Question

An inverted bell lying at the bottom of a lake $47.6\;m$ deep has $50\;cm^3$ of air trapped in it. The bell is brought to the surface of the lake. The volume of the trapped air will be (atmospheric pressure $=70\;cm$ of Hg and density of Hg$=13.6\;g/cm^3$
A. $300\; cm^3$
B. $800\;cm^3$
C. $900\;cm^3$
D. $200\;cm^3$

Answer 1

Hint: Here, since the bell is moved from the base of the lake to the surface, clearly the pressure on the bell varies and hence the volume. Then from Boyle’s law, we know that is PV is constant, we can use this to solve the problem and hence find the volume inside the bell when it is moved from the base to the surface.

Formula used: $PV=constant$

Complete step by step answer:
Consider the figure shown below, let the volume in the bell at the base be $V_1$ and on the surface be $V_2$.

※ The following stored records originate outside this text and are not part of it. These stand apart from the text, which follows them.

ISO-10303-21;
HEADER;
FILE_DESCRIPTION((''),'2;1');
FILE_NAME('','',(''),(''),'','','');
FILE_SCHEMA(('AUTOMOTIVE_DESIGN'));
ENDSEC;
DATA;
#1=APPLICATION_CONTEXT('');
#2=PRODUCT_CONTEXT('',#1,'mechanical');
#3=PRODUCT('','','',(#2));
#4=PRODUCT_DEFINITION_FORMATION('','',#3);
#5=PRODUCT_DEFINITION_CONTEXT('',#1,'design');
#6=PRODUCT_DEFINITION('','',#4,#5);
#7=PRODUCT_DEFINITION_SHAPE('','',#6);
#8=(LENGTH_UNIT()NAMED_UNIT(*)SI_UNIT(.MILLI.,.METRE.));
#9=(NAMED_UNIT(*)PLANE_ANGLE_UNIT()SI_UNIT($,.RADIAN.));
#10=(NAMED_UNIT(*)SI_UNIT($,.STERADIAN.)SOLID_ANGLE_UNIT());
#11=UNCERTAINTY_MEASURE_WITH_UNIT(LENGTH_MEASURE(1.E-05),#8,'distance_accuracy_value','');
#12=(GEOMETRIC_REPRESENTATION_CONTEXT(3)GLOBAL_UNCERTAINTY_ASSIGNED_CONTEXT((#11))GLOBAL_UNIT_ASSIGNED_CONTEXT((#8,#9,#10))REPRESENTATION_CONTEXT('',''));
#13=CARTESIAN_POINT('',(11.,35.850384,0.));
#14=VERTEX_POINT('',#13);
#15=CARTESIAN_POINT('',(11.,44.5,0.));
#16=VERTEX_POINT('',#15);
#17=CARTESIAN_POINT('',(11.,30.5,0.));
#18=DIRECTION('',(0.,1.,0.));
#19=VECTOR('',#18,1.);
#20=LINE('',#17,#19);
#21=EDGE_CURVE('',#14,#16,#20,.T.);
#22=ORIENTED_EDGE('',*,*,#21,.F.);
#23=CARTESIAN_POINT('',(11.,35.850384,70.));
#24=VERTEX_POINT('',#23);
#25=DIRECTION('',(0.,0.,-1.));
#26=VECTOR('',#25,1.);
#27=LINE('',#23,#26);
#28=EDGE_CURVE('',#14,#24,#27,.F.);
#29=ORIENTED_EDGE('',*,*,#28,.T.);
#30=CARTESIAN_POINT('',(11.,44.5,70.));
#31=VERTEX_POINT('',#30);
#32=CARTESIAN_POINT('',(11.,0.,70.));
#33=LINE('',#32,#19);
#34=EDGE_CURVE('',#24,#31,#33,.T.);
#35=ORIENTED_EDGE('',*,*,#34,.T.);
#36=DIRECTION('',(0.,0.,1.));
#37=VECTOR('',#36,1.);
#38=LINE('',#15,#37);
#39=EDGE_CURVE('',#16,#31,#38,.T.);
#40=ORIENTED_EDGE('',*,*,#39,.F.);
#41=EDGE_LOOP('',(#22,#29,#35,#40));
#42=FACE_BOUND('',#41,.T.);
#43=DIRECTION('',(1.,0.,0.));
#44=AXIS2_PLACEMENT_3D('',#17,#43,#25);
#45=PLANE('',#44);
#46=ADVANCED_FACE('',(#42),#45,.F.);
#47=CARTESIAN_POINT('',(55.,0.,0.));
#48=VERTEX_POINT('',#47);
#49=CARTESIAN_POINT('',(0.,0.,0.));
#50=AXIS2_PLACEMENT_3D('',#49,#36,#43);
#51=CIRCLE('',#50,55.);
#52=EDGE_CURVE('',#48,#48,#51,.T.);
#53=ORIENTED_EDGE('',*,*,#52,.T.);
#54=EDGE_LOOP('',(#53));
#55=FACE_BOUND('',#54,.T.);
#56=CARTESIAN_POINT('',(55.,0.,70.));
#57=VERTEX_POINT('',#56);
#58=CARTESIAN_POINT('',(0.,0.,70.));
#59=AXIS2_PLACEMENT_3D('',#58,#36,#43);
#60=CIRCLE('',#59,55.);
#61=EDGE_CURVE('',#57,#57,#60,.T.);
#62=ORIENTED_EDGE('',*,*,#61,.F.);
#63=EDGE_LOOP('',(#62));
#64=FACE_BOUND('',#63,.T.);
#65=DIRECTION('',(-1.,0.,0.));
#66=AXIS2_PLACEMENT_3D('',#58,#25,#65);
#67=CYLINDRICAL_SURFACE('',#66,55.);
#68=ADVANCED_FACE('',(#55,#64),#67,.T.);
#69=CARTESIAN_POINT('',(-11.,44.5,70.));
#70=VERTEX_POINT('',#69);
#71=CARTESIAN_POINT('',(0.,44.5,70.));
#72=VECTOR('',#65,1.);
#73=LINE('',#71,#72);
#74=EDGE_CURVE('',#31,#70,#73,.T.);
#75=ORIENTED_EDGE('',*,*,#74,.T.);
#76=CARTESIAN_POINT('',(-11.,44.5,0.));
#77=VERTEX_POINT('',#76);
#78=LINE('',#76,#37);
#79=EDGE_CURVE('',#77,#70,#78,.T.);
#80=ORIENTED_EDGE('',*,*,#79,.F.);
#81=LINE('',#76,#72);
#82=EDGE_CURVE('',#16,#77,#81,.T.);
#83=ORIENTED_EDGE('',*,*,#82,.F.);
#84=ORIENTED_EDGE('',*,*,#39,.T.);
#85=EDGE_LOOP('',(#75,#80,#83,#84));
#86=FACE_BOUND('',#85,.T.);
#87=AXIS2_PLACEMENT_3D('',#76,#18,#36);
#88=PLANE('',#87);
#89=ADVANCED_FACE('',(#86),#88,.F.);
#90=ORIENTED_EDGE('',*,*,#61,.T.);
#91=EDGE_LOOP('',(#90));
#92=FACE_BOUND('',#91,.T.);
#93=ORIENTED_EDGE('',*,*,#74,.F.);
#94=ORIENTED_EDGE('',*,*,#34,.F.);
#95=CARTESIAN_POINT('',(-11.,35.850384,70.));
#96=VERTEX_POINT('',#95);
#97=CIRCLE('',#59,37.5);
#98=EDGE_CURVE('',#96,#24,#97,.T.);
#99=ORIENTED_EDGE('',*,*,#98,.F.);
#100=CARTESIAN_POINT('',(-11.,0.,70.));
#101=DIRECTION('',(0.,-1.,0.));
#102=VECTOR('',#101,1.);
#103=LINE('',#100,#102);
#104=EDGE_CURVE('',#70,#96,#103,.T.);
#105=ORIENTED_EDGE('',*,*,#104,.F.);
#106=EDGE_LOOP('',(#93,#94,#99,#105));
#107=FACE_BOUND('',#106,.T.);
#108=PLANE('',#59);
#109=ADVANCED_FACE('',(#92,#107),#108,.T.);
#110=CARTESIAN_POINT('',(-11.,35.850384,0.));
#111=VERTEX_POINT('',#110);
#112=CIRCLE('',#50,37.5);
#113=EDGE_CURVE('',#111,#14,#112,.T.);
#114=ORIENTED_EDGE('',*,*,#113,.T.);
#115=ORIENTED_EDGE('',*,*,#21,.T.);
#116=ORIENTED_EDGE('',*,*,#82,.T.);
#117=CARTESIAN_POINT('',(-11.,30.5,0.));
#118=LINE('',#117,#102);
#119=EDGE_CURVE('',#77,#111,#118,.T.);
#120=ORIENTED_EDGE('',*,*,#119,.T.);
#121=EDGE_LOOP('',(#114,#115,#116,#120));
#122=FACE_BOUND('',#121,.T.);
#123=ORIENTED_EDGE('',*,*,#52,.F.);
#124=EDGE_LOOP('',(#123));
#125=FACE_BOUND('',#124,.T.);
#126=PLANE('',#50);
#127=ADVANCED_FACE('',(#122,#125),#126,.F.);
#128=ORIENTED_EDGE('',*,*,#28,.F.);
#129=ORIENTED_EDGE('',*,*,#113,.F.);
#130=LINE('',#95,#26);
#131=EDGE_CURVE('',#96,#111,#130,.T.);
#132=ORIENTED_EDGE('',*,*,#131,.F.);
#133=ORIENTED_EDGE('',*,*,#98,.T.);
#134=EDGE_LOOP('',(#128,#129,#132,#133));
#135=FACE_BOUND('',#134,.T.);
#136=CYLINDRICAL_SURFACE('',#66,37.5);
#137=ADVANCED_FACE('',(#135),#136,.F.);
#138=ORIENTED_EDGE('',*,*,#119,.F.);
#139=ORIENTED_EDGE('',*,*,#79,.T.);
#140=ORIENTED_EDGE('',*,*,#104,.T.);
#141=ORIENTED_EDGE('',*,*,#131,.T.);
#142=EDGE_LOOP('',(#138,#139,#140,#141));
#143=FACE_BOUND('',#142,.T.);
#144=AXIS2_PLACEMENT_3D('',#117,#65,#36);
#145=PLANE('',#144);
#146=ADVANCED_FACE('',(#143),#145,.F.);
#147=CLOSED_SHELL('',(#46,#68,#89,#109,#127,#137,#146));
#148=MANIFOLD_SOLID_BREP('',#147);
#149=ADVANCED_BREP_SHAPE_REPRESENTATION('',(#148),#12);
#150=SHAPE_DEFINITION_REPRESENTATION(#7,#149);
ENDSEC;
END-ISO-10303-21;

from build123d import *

# Parameters (mm, degrees)
SKETCH1_R               = 55
SKETCH1_R_2             = 37.5
BOSS_EXTRUDE1_DEPTH     = 70
CUT_EXTRUDE1_DEPTH      = 105.642247682
CUT_EXTRUDE1_DEPTH_BACK = 105.642247682
SKETCH2_W               = 22
SKETCH2_H               = 14


with BuildPart() as part:
    # Sketch1 → Boss-Extrude1 (new body)
    with BuildSketch(Plane.XY):
        Circle(SKETCH1_R)
        Circle(SKETCH1_R_2, mode=Mode.SUBTRACT)
    extrude(amount=BOSS_EXTRUDE1_DEPTH)

    # Sketch2 → Cut-Extrude1 (cut, two sides: drawn at the far end of the back side and taken through both)
    with BuildSketch(Plane.XY.offset(70).offset(-CUT_EXTRUDE1_DEPTH_BACK)):
        with Locations((0, 37.5)):
            Rectangle(SKETCH2_W, SKETCH2_H)
    extrude(amount=CUT_EXTRUDE1_DEPTH + CUT_EXTRUDE1_DEPTH_BACK, mode=Mode.SUBTRACT)


solid = part.part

Clearly, the pressure exerted on the bell on the surface of the lake is just the atmospheric pressure $P_0$ . Since fluids exert pressure, which depends on the height of the fluid above the object, then the pressure exerted on the bell at the base is given as $P_0+P$where, $P$ is the fluid pressure.
We know that fluid pressure $P$ depends on the fluid and is mathematically expressed as $P=\rho_f\times g\times h_f$ Here, $\rho_f$ is the density of the fluid, $h_f$ is the height of the fluid and $g$ is the acceleration due to gravity.
From Boyles law we know that at constant temperature and number of moles, PV is a constant .
Then we have $P_0V_2=(P_0+P)V_1$
Given that $P_0=70cm$, $\rho_f=13.6g/cm^3$ and $h_f=47.6cm$ , then,
$P=1\times 4760$ , as the density of water in a lake is $1\;g/cm^3$, substituting, we have
$13.6 \times 70\times V_2=(70\times 13.6+ 4760)50$
$\implies V_2=\dfrac{(70\times 13.6+ 4760)50}{13.6\times70}$
$\implies V_2=300cm^3$
So, the correct answer is “Option A”.

Note: Here, the atmospheric pressure is in terms of Hg and hence when taking $P_0$ we take, $P_0=\rho_{Hg}\times g\times H$. Be careful while calculating the answer, as there can be some calculation error. Also always convert all the units to any one single unit, here everything is taken in cm.